When it comes to using yet more human embryos there are some very straight forward issues.
In 2001, the Government’s then Health Minister, Lord Hunt, said quite unequivocally that:
“The 1990 Act already provides the answer to the question of what happens if and when research into adult cells overtakes research using embryos: embryonic research would have to stop because the use of embryos would no longer be necessary for that research.”
It remains to be seen whether the Government will take its own advice on this matter, but I believe that this ‘Hunt Test’ must be incorporated into the new Bill. MPs should be lobbied hard to do this.

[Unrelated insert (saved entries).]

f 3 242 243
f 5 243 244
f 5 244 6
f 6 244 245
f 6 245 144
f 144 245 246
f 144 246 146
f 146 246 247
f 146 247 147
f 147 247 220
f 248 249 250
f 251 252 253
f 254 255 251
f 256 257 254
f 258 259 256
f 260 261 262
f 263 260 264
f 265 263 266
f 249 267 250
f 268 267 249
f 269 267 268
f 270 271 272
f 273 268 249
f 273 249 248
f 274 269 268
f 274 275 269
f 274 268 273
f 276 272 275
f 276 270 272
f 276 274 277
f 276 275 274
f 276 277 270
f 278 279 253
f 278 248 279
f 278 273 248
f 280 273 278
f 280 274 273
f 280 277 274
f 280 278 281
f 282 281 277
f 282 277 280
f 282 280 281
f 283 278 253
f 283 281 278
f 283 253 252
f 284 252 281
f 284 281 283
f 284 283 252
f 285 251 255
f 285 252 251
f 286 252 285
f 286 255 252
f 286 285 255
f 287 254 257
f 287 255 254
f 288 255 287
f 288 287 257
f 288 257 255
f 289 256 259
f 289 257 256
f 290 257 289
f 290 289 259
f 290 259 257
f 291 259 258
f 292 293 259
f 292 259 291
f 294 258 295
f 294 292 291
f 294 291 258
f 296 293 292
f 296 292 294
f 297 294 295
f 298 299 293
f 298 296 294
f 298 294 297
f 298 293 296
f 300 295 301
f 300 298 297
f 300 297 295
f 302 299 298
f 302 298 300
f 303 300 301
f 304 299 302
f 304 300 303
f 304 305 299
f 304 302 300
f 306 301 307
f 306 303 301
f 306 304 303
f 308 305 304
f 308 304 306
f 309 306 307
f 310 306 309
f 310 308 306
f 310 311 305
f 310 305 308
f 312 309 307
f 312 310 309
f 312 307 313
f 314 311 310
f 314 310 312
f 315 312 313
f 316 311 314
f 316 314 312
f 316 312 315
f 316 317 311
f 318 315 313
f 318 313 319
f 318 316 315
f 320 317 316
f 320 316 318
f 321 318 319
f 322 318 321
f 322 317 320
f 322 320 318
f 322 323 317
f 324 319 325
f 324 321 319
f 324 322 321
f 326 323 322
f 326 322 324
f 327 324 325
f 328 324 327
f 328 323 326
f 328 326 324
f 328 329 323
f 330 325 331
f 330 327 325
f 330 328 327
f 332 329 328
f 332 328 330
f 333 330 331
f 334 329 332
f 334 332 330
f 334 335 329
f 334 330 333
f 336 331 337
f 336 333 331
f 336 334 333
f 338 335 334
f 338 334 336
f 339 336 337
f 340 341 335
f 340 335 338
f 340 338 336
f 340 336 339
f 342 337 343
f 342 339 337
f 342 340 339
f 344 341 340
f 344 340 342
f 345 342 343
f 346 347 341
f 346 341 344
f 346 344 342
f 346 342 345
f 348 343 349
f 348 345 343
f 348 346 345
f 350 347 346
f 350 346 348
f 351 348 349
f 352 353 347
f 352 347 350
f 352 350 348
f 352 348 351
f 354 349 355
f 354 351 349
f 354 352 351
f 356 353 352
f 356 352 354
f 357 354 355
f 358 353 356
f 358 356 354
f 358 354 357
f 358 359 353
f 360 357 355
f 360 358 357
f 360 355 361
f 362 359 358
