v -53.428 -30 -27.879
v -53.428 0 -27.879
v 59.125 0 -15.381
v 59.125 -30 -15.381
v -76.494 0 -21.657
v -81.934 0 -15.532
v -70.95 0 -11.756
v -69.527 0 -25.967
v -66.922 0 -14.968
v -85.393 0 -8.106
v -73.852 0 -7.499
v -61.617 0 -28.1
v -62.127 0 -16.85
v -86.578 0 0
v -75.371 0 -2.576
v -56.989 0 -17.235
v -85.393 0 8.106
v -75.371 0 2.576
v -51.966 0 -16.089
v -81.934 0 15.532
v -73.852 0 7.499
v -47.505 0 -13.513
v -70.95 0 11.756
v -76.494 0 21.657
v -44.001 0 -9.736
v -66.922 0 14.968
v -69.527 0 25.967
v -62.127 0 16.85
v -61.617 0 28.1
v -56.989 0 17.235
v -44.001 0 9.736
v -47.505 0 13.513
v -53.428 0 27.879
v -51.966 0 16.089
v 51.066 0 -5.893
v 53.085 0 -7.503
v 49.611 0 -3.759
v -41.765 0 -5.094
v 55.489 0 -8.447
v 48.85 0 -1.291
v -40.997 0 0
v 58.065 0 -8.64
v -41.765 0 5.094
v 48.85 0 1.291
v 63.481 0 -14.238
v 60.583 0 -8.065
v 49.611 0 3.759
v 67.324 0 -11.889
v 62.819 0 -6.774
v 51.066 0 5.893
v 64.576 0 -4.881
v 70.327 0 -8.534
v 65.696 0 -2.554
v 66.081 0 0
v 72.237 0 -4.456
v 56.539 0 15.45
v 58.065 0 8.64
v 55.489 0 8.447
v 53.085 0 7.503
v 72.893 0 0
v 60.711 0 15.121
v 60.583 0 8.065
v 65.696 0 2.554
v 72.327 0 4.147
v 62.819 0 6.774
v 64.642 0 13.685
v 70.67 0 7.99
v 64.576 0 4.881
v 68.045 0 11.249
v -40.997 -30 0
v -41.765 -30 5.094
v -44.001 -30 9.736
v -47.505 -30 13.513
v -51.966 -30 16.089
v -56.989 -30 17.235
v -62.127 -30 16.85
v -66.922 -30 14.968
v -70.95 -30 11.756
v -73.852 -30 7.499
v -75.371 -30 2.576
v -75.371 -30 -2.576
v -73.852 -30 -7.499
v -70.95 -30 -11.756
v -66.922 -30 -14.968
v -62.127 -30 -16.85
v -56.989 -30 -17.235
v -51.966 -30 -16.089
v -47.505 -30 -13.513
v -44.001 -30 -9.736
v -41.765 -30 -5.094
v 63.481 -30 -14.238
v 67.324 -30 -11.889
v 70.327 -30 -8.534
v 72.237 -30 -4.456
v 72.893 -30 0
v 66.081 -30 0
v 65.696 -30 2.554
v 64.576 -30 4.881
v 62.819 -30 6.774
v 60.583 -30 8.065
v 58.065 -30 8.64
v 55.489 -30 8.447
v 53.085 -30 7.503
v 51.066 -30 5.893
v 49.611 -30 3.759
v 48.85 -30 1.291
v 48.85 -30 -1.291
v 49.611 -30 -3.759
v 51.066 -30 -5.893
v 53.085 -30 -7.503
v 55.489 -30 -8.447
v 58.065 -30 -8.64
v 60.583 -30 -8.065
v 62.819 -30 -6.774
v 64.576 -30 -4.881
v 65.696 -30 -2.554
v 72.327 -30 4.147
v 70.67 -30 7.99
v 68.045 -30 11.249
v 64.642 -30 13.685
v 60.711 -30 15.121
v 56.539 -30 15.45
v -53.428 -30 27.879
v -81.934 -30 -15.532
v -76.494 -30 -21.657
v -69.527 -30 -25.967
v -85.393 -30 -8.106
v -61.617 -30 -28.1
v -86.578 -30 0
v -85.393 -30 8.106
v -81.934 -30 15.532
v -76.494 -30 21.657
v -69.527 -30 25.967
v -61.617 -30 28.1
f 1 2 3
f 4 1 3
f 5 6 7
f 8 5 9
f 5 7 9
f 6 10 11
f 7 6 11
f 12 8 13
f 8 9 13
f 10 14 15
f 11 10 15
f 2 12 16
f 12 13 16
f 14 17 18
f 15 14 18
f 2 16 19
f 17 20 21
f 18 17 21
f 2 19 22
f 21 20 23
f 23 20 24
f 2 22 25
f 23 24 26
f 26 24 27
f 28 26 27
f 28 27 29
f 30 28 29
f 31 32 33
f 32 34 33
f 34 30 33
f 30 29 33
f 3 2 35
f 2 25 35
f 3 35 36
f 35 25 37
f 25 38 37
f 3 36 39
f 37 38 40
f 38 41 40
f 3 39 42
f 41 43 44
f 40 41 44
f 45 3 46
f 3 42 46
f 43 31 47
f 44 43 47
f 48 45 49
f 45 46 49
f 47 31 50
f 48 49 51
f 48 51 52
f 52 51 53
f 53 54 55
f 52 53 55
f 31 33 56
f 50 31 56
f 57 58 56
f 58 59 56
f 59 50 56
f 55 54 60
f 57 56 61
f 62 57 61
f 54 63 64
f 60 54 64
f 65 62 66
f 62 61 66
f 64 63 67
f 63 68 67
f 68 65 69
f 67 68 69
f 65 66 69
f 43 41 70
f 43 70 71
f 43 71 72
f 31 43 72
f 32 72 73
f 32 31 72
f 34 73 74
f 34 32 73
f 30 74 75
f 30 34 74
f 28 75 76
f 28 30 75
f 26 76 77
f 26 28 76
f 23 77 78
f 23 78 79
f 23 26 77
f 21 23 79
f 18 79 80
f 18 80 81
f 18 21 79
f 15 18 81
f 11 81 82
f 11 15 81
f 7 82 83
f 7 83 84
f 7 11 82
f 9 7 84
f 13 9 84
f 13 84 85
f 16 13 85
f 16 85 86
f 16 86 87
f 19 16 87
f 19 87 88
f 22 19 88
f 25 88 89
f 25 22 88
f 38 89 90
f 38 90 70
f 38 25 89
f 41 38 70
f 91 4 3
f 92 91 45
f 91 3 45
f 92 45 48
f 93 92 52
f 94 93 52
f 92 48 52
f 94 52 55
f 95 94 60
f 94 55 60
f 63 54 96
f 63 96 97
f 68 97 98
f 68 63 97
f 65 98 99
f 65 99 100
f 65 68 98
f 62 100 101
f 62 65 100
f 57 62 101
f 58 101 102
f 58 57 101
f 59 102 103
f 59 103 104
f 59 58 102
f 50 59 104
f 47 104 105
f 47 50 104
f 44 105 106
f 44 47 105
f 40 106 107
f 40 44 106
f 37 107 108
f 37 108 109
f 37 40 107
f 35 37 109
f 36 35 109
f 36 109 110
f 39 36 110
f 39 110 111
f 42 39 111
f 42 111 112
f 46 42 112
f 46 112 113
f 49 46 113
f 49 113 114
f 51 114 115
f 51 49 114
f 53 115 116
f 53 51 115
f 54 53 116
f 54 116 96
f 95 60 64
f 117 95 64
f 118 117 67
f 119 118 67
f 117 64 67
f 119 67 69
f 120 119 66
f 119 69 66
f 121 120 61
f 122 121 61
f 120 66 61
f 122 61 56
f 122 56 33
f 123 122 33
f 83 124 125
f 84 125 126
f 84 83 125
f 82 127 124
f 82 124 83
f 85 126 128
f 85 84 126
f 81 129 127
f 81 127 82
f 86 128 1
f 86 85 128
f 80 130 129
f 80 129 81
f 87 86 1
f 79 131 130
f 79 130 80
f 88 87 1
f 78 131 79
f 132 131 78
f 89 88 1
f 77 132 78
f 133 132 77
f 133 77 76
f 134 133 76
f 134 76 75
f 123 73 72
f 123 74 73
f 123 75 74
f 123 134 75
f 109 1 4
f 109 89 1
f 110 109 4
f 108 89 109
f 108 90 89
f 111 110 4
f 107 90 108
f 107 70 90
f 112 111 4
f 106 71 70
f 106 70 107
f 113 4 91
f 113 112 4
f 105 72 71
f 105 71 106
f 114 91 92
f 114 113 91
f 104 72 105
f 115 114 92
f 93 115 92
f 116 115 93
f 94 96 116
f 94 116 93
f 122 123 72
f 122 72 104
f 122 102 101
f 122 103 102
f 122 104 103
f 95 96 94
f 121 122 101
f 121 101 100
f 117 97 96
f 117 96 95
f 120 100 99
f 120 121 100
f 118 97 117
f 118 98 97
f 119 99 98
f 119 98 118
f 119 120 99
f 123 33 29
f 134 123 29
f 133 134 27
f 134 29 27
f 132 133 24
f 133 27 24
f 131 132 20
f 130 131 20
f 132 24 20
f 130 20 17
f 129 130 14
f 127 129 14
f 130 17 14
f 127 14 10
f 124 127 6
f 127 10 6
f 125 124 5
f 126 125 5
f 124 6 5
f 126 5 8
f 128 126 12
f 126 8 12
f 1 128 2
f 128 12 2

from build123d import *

# Parameters (mm, degrees)
F0_R     = 17.283329
F0_R_2   = 8.664102
F1_DEPTH = 30


with BuildPart() as f1:
    # F0 (on Front) → F1 (new body)
    with BuildSketch(Plane.XZ):
        with BuildLine():
            ThreePointArc((-53.428299, -27.878553), (-36.62345, -18.213297), (-29.982977, 0))
            ThreePointArc((-29.982977, 0), (-36.62345, 18.213297), (-53.428299, 27.878553))
            ThreePointArc((-53.428299, 27.878553), (-86.578354, 0), (-53.428299, -27.878553))
        make_face()
        with Locations((-58.280665, 0)):
            Circle(F0_R, mode=Mode.SUBTRACT)
        with BuildLine():
            ThreePointArc((-53.428299, 27.878553), (-36.62345, 18.213297), (-29.982977, 0))
            ThreePointArc((-29.982977, 0), (-36.62345, -18.213297), (-53.428299, -27.878553))
            Line((-53.428299, -27.878553), (59.125109, -15.380887))
            ThreePointArc((59.125109, -15.380887), (41.996, -1.293634), (56.538776, 15.450461))
            Line((56.538776, 15.450461), (-53.428299, 27.878553))
        make_face()
        with BuildLine():
            ThreePointArc((72.892666, 0), (68.044897, 11.249072), (56.538776, 15.450461))
            ThreePointArc((56.538776, 15.450461), (41.996, -1.293634), (59.125109, -15.380887))
            ThreePointArc((59.125109, -15.380887), (68.948042, -10.321305), (72.892666, 0))
        make_face()
        with Locations((57.417251, 0)):
            Circle(F0_R_2, mode=Mode.SUBTRACT)
    extrude(amount=F1_DEPTH)


solid = f1.part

Supporters of embryonic stem cell research have long argued that the use of embryos is essential to further progress in the field. Stem cells derived from embryos have long been said to be more flexible, with more potential for use in medical treatments in humans. This perhaps explains the constant pressure from specialists to authorise more and more research into embryos, culminating in the current proposals for animal-human hybrids.
The argument that we should focus the majority of our time, energy and money on embryonic stem cell research has always been a tenuous one, but is now truly insupportable.

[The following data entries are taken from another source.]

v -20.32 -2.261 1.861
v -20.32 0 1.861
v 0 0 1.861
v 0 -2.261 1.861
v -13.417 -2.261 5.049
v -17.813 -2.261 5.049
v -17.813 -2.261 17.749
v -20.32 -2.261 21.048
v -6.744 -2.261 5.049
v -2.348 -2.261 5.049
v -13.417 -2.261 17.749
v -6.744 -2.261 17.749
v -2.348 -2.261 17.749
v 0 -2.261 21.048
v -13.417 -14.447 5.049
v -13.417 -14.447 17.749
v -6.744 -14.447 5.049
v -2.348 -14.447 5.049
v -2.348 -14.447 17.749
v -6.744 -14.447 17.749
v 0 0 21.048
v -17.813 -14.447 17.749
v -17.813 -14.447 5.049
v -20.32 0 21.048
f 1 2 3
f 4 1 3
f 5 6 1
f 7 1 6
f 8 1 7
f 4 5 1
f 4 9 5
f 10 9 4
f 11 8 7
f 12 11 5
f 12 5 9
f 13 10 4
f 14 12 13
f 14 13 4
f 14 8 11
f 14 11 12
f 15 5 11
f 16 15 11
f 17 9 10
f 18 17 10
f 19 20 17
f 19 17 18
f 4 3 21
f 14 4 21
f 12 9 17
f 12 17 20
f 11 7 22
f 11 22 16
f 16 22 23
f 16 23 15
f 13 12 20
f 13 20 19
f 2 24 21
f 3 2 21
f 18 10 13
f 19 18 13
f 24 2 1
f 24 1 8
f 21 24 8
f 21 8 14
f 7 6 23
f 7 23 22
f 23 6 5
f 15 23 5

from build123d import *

# Parameters (mm, degrees)
F0_W     = 20.32
F0_H     = 19.186653
F1_DEPTH = 2.26077
F2_W     = 4.396148
F2_H     = 12.7
F3_DEPTH = 12.18664


with BuildPart() as f1:
    # F0 (on Front) → F1 (new body)
    with BuildSketch(Plane.XZ):
        with Locations((-10.16, 11.454718)):
            Rectangle(F0_W, F0_H)
    extrude(amount=F1_DEPTH)

    # F2 (on face) → F3 (join)
    with BuildSketch(Plane.XZ.offset(2.26077)):
        with Locations((-15.614839, 11.398978)):
            Rectangle(F2_W, F2_H)
        with Locations((-4.54603, 11.398978)):
            Rectangle(F2_W, F2_H)
    extrude(amount=F3_DEPTH)


solid = f1.part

In December Professor Shinya Yamanaka in Japan, and Professor James Thomson in America converted adult skin cells into cells that resemble embryonic stem cells in their flexibility, rendering further experiments on human embryos in order to derive patient matched stem cells completely unnecessary.
It would perhaps be counter-productive to rehearse the considerable ethical arguments against the use of embryos in this space. At this stage of the debate many minds are already made up. Suffice to say that you don’t have to be “religious” or “a Luddite” – as opponents are sometimes caricatured – to be opposed to this technology. Yet even without the complex moral arguments, there are many reasons to prefer adult cells as a source of stem cells. Adult stem cells are providing real treatments for humans in the here and now – over 70 at the last count – and can now be used as an ethical source of cells that offer just as much promise for the medical technologies of the future as embryonic stem cells, with none of the special technical difficulties and immunological complications thrown up by the use of tiny human beings in laboratory experiments.

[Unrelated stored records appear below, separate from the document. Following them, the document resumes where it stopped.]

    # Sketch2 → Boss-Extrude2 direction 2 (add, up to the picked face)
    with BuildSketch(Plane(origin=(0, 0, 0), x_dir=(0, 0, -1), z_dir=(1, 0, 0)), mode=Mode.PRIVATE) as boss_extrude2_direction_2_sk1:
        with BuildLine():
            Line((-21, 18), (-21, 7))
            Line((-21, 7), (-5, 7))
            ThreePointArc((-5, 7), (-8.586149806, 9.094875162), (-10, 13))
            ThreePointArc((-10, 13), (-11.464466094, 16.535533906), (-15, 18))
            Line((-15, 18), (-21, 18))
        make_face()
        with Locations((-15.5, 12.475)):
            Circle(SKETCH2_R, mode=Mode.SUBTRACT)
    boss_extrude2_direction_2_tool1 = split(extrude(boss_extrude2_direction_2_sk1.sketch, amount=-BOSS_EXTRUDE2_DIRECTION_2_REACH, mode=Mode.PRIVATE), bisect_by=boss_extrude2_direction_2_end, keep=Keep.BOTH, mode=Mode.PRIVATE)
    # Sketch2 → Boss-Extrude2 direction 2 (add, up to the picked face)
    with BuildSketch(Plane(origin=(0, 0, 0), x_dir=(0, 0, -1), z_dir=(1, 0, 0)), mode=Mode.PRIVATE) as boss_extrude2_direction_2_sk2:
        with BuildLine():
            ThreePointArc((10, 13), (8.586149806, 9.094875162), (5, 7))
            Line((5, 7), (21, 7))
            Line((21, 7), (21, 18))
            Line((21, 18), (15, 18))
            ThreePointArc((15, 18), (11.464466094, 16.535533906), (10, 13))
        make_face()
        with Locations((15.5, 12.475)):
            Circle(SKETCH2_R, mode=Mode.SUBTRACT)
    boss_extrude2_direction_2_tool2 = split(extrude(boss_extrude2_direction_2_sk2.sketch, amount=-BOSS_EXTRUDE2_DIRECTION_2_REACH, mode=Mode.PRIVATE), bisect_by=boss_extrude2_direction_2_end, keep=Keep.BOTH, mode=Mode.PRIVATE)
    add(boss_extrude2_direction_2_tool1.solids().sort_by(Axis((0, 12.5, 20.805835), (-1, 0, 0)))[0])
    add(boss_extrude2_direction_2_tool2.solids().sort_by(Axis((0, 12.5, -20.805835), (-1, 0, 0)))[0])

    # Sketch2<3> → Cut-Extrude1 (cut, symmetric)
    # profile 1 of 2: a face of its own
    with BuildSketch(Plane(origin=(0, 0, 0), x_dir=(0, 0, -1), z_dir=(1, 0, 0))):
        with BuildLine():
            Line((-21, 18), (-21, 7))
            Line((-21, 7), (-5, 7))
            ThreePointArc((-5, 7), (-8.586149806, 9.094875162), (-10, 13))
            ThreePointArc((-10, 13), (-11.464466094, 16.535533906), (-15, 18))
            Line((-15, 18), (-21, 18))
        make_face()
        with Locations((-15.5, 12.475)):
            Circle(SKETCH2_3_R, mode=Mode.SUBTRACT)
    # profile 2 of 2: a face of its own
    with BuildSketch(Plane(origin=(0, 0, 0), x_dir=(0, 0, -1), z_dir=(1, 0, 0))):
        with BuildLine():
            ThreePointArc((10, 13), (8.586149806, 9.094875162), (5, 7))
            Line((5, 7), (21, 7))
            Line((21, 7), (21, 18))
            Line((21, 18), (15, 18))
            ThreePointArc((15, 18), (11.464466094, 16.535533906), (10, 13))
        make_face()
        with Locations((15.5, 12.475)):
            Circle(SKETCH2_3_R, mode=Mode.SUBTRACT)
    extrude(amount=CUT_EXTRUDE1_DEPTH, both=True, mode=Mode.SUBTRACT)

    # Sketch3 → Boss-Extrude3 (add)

It seems bizarre then that the Government and parts of the medical establishment should persist so doggedly in their attempts to privilege unproductive, unproven and ethically unsound research with vast sums of taxpayers’ money.
Don’t take my word. This is what the Chief Medical Officer said on the issue of human-animal hybrids:
“there was no clear scientific argument as to why you would want to do it, and, secondly, a feeling that this would be a step too far as far as the public are concerned. I think we do have a responsibility to ensure that we take the public with us in the other important areas of research that we want to do, and do not lose their confidence by moving forward with something which is much further out, as far as acceptability is concerned, and where the scientific arguments for wanting to do it are not particularly strong or convincing, or even existent”.
Since 1990 more than 2 million human embryos have been destroyed or experimented upon . Surely it is time for a fresh start with adult stem cells: a technology that is ethical, practical and bringing real miracles to people’s lives.
This Bill will arrive in the Commons at the end of this month. There is no time to lose in lobbying MPs.